Wide vs. exclusive is the central strategic decision. Publishing exclusively on Amazon (via KDP Select) gives access to Kindle Unlimited subscription revenue and certain promotional tools. Going wide — distributing across multiple platforms — reduces dependence on a single retailer and reaches different reader demographics.

Neither approach is universally better. Fiction authors in popular genres often benefit from KDP Select's Kindle Unlimited readership. Non-fiction, niche topics, and authors building long-term platform often do better wide.

ISBNs, Copyright, and the Business Side

An ISBN (International Standard Book Number) identifies your book in retail and library systems.
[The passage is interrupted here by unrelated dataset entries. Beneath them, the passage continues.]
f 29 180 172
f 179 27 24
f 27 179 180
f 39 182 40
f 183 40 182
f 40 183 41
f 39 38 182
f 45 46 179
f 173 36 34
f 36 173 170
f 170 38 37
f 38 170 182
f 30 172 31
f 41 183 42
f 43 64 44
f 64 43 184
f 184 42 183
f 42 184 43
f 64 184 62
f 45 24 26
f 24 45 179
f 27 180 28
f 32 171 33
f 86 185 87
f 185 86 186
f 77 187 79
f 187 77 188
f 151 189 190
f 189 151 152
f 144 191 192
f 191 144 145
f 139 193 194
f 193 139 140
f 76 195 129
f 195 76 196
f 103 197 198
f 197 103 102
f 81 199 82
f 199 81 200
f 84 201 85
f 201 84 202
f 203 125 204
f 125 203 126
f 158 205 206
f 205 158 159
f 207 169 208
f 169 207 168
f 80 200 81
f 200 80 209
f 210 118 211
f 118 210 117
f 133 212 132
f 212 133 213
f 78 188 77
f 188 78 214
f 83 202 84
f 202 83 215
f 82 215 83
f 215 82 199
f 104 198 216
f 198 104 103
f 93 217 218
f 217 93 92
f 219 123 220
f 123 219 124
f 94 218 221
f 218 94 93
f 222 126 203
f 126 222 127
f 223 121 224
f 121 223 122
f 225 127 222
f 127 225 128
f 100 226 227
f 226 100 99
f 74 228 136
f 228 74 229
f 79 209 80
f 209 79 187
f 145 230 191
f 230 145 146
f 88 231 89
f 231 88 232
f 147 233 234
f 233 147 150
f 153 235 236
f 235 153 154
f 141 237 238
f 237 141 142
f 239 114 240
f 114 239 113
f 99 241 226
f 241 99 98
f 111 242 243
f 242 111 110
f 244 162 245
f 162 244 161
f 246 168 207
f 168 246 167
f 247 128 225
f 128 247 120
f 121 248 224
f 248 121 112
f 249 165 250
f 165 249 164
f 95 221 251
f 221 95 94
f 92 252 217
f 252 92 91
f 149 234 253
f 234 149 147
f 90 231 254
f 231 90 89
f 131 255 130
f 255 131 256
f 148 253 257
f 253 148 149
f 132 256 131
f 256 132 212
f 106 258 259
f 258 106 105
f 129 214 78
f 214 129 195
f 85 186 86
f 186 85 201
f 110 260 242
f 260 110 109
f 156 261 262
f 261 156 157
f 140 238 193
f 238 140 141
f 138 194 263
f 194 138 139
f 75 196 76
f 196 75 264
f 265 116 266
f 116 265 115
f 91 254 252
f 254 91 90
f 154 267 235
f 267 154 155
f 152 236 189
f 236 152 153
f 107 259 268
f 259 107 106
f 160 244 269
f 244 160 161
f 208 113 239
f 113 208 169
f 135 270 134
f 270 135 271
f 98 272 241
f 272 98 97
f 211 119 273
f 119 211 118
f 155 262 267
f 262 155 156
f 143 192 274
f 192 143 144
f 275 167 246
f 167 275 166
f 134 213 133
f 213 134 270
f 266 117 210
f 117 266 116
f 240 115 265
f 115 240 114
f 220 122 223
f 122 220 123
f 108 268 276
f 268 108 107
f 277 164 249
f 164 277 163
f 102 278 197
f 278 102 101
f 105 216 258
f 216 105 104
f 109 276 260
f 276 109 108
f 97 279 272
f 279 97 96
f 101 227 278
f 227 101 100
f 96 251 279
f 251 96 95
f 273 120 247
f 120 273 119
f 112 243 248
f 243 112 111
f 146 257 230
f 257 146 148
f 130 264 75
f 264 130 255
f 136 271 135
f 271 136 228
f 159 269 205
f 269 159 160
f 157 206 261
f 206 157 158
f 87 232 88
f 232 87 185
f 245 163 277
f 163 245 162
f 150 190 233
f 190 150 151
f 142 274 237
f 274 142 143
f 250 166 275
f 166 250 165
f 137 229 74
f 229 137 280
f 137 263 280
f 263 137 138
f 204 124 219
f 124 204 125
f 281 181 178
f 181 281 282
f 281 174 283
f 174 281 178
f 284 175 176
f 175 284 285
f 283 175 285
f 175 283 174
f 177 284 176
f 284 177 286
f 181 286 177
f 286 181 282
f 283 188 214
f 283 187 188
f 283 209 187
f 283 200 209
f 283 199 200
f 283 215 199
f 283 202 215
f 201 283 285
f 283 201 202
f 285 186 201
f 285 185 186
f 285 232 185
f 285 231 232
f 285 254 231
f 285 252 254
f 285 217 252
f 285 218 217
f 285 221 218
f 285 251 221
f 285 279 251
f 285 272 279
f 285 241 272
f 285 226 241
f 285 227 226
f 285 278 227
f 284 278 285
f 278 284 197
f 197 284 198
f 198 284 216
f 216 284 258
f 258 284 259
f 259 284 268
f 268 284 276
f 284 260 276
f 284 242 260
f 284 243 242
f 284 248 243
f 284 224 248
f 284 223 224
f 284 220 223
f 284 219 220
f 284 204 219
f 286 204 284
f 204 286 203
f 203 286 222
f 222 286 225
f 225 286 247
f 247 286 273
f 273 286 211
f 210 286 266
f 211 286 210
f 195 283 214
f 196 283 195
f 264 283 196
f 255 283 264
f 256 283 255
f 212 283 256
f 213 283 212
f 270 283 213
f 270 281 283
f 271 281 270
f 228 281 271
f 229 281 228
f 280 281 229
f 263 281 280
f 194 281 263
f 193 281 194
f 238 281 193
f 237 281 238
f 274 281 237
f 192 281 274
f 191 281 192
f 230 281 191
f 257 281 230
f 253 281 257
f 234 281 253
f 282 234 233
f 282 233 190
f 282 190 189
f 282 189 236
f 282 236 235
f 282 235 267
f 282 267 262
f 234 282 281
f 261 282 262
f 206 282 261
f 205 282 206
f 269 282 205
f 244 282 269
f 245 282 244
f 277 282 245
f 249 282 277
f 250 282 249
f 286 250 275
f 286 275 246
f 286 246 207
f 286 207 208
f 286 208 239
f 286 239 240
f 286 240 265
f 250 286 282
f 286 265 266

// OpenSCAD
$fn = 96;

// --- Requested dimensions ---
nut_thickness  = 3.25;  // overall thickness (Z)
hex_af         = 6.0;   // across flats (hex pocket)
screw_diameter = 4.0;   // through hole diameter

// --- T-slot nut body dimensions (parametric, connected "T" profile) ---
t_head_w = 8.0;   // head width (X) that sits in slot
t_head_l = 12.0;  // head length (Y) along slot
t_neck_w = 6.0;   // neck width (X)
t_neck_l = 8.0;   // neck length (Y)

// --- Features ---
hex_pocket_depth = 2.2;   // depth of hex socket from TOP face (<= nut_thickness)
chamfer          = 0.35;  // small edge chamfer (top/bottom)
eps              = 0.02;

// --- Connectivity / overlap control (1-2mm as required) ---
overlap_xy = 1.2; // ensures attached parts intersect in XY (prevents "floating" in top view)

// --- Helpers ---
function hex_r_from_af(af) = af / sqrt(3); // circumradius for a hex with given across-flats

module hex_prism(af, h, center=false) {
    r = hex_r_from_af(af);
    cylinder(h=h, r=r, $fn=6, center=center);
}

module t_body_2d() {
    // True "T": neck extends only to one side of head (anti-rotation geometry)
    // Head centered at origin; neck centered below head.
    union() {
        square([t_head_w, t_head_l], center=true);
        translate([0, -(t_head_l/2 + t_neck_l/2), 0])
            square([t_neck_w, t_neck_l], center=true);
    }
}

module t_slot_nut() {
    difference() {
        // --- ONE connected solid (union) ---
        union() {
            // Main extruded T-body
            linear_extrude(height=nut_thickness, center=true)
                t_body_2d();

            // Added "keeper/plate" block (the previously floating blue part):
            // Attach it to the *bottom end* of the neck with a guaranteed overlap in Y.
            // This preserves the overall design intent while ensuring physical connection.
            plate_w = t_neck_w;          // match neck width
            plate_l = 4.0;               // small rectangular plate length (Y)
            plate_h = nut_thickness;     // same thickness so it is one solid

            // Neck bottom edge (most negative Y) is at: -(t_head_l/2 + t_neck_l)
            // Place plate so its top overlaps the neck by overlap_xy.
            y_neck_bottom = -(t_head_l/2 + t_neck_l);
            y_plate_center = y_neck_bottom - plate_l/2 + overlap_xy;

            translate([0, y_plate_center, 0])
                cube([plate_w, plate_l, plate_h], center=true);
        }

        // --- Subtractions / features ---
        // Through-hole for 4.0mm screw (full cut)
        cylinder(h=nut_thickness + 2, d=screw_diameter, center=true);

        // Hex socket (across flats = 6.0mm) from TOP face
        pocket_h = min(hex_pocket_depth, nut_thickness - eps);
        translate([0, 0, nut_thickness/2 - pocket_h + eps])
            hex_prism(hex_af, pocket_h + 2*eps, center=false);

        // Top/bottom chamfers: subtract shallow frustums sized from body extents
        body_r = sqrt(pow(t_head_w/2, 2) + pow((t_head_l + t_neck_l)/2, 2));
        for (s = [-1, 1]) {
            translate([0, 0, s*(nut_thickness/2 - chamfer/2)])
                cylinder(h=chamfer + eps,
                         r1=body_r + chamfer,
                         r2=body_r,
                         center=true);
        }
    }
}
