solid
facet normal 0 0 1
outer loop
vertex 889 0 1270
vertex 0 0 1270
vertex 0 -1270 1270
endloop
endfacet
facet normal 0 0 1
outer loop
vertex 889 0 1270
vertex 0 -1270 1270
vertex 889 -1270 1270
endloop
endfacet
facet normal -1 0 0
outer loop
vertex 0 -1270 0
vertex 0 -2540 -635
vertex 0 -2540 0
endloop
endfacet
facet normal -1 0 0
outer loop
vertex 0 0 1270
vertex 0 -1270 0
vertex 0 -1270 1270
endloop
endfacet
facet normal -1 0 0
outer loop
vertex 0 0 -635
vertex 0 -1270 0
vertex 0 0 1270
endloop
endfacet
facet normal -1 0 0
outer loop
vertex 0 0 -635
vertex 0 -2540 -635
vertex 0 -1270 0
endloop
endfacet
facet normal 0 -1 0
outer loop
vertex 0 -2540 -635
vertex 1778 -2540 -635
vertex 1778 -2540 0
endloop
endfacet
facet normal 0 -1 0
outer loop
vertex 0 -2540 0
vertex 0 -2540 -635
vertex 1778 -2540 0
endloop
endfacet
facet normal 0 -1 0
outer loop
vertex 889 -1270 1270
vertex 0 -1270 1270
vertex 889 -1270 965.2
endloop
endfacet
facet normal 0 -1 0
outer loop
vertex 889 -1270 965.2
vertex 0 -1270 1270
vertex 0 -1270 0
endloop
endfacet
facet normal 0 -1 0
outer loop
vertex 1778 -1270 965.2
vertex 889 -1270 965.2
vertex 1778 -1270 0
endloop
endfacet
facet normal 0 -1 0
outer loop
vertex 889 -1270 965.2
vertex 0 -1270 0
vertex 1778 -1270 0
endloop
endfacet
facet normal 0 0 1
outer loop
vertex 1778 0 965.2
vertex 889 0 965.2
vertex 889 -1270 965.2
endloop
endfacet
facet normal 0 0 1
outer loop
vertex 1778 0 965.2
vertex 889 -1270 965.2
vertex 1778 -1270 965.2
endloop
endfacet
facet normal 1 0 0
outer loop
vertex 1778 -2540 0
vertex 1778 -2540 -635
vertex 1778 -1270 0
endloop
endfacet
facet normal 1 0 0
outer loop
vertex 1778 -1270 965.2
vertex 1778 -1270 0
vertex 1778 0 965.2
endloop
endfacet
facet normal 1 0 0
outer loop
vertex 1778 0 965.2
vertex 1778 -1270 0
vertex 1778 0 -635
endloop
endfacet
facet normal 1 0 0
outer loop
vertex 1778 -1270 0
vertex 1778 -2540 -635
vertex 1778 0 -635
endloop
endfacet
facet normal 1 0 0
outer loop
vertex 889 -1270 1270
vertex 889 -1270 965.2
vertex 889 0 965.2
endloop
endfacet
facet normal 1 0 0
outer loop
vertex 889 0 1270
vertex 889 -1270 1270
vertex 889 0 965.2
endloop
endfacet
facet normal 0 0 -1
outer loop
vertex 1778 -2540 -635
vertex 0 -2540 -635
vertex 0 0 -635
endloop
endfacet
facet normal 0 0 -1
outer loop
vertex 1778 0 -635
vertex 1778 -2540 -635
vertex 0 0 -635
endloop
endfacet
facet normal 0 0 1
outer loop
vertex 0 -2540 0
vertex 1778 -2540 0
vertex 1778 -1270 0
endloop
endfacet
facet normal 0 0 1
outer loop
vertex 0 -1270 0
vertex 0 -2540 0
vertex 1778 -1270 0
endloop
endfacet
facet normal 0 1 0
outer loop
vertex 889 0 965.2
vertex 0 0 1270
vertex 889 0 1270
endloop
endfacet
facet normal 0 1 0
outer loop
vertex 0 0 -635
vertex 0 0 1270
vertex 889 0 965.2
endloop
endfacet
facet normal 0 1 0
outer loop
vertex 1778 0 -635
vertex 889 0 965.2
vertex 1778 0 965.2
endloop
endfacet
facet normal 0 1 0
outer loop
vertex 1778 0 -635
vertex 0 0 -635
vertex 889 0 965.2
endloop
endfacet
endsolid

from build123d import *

# Parameters (mm, degrees)
F0_W     = 2540
F0_H     = 635
F1_DEPTH = 1778
F2_W     = 889
F2_H     = 1270
F3_DEPTH = 1270
F4_W     = 889
F4_H     = 1270
F5_DEPTH = 965.2


with BuildPart() as f1:
    # F0 (on Right) → F1 (new body)
    with BuildSketch(Plane.YZ):
        with Locations((-1270, -317.5)):
            Rectangle(F0_W, F0_H)
    extrude(amount=F1_DEPTH)

    # F2 (on face) → F3 (join)
    with BuildSketch(Plane.XY):
        with Locations((444.5, -635)):
            Rectangle(F2_W, F2_H)
    extrude(amount=F3_DEPTH)

    # F4 (on face) → F5 (join)
    with BuildSketch(Plane.XY):
        with Locations((1333.5, -635)):
            Rectangle(F4_W, F4_H)
    extrude(amount=F5_DEPTH)


solid = f1.part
In the US, ISBNs are purchased through Bowker. Amazon KDP provides a free ISBN, but it lists the publisher as KDP — not your name or imprint. If establishing your own publishing imprint matters to you, purchasing your own ISBNs is worth considering.

Copyright in most countries is automatic upon creation, but registering with the US Copyright Office provides legal protection if infringement occurs.

Many self-published authors eventually set up a simple business entity (LLC or sole proprietorship) to manage royalty income, though this varies widely by country and personal circumstances.

Where Individual Situations Diverge

The process above applies broadly — but outcomes differ significantly based on factors that are specific to each author:

  • Genre shapes platform strategy, cover conventions, pricing norms, and whether Kindle Unlimited is worth the exclusivity trade-off
  • Technical comfort determines whether you'll format yourself or outsource it
  • Budget affects which editing, design, and distribution services are accessible
  • Goals — passive income, building a readership, supplementing a speaking career, or simply having a book in print — lead to completely different decisions about marketing investment and distribution breadth
  • Print vs. digital vs. audiobook each adds its own workflow and platform requirements

The mechanics of self-publishing are learnable and well-documented. What varies is how each piece of the process fits — or doesn't fit — your specific book, audience, and resources.